WHAT IS REQUIRED: Your output should be the entries below, from the first line up to and including the line with "# Sketch on XY plane", reproduced exactly and with no other lines.

──────── DATA FOR PROCESSING ────────

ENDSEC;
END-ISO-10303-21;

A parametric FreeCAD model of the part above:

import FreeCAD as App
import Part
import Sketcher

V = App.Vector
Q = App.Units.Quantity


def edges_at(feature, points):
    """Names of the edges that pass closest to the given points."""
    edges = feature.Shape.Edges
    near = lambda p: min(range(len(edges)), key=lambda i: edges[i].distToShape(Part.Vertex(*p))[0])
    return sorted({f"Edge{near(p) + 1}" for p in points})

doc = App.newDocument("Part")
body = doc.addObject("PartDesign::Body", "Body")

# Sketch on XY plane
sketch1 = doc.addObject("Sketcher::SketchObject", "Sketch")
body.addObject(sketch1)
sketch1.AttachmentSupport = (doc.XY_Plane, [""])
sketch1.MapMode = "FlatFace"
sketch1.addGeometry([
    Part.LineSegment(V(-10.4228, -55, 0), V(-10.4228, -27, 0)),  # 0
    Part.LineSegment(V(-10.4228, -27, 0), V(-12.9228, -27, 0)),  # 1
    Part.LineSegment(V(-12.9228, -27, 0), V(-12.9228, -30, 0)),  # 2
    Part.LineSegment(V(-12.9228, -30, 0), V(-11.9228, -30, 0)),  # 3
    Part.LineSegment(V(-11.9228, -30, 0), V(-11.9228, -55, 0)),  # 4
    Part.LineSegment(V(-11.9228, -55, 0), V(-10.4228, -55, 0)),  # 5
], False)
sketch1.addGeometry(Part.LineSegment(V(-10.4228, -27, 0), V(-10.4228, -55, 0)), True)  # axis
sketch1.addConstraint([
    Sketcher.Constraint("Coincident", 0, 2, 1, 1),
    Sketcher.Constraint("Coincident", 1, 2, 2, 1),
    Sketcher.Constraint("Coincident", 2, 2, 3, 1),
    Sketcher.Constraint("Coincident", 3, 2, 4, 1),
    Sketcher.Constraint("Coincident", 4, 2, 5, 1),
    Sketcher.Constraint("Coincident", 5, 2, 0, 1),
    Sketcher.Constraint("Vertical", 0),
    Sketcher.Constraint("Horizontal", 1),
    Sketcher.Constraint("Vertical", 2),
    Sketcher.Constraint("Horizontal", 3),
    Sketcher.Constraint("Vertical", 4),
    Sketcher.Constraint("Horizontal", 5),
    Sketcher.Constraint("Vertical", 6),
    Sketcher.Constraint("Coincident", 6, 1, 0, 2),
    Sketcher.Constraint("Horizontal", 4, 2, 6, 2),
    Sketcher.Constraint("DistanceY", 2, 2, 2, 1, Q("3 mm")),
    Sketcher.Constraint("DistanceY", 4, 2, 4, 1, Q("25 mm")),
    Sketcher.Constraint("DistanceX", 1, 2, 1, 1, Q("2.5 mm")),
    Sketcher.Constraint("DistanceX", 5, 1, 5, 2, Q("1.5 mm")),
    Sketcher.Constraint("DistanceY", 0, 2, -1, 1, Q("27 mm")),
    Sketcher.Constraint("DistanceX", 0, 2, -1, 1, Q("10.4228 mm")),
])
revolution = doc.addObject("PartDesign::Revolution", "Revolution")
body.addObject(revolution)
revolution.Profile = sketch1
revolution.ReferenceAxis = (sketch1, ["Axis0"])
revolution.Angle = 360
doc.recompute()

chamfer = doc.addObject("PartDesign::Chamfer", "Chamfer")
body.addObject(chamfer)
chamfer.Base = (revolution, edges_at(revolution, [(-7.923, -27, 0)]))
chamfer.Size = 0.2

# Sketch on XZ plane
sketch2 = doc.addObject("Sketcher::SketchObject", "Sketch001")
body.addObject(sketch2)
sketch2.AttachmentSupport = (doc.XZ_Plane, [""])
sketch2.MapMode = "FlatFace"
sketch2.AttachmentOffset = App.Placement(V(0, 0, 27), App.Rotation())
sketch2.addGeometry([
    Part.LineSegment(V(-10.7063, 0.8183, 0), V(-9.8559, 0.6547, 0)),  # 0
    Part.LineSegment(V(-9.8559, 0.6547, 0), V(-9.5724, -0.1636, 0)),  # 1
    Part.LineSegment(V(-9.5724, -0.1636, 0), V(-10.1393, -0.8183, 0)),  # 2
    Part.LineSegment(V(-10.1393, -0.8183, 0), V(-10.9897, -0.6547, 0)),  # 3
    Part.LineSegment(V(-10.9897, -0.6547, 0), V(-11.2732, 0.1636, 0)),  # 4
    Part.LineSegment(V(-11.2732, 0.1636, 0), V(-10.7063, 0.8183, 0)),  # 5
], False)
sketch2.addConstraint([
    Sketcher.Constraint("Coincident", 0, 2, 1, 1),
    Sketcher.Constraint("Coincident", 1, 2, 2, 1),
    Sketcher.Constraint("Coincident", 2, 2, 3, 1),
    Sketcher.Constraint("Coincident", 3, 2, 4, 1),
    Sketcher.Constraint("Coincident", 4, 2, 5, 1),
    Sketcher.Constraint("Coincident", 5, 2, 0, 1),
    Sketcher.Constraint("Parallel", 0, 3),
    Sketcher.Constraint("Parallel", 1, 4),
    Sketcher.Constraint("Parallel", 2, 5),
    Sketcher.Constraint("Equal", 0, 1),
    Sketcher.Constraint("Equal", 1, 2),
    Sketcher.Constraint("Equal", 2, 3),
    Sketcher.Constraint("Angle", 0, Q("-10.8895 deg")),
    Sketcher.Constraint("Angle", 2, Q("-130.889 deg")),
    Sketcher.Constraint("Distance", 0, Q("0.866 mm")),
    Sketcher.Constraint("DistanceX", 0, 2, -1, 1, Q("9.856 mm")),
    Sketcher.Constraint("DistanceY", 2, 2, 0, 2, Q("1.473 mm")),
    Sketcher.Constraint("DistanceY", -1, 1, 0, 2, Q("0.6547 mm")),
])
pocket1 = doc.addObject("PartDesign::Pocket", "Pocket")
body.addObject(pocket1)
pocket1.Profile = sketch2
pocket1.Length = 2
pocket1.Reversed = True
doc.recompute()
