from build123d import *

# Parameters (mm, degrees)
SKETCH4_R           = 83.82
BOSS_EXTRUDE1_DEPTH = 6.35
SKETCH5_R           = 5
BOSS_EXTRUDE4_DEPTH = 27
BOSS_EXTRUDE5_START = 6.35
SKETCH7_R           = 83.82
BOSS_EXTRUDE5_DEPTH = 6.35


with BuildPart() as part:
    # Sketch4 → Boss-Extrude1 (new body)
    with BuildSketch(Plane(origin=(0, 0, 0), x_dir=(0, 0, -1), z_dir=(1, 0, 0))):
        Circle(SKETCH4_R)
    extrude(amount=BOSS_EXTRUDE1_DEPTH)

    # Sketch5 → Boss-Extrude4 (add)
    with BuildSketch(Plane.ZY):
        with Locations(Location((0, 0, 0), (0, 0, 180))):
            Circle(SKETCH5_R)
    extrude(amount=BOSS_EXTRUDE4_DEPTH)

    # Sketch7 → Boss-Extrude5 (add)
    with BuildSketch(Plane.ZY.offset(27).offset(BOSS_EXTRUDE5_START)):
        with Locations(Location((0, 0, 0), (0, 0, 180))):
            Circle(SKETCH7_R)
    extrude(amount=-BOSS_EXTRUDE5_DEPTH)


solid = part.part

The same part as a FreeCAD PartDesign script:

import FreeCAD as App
import Part
import Sketcher

V = App.Vector

doc = App.newDocument("Part")
body = doc.addObject("PartDesign::Body", "Body")

# Sketch on YZ plane
sketch1 = body.newObject("Sketcher::SketchObject", "Sketch")
sketch1.AttachmentSupport = (doc.getObject("YZ_Plane"), [""])
sketch1.MapMode = "FlatFace"
sketch1.addGeometry(Part.Circle(V(0, 0, 0), V(0, 0, 1), 84), False)
sketch1.addConstraint([
    Sketcher.Constraint("Coincident", 0, 3, -1, 1),
    Sketcher.Constraint("Diameter", 0, 167.64),
])
pad1 = body.newObject("PartDesign::Pad", "Pad")
pad1.Profile = sketch1
pad1.Length = 6.35

# Sketch on YZ plane
sketch2 = body.newObject("Sketcher::SketchObject", "Sketch001")
sketch2.AttachmentSupport = (doc.getObject("YZ_Plane"), [""])
sketch2.MapMode = "FlatFace"
sketch2.addGeometry(Part.Circle(V(0, 0, 0), V(0, 0, 1), 5), False)
sketch2.addConstraint([
    Sketcher.Constraint("Coincident", 0, 3, -1, 1),
    Sketcher.Constraint("Diameter", 0, 10.0),
])
pad2 = body.newObject("PartDesign::Pad", "Pad001")
pad2.Profile = sketch2
pad2.Length = 27
pad2.Reversed = True

# Sketch on YZ plane
sketch3 = body.newObject("Sketcher::SketchObject", "Sketch002")
sketch3.AttachmentSupport = (doc.getObject("YZ_Plane"), [""])
sketch3.MapMode = "FlatFace"
sketch3.AttachmentOffset = App.Placement(V(0, 0, -33.35), App.Rotation())
sketch3.addGeometry(Part.Circle(V(0, 0, 0), V(0, 0, 1), 84), False)
sketch3.addConstraint([
    Sketcher.Constraint("Coincident", 0, 3, -1, 1),
    Sketcher.Constraint("Diameter", 0, 167.64),
])
pad3 = body.newObject("PartDesign::Pad", "Pad002")
pad3.Profile = sketch3
pad3.Length = 6.35

doc.recompute()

────────

EXERCISE RESPONSE:
ENDSEC;
END-ISO-10303-21;

A parametric FreeCAD model of the part above:

import FreeCAD as App
import Part
import Sketcher

V = App.Vector
Q = App.Units.Quantity


def edges_at(feature, points):
    """Names of the edges that pass closest to the given points."""
    edges = feature.Shape.Edges
    near = lambda p: min(range(len(edges)), key=lambda i: edges[i].distToShape(Part.Vertex(*p))[0])
    return sorted({f"Edge{near(p) + 1}" for p in points})

doc = App.newDocument("Part")
body = doc.addObject("PartDesign::Body", "Body")

# Sketch on XY plane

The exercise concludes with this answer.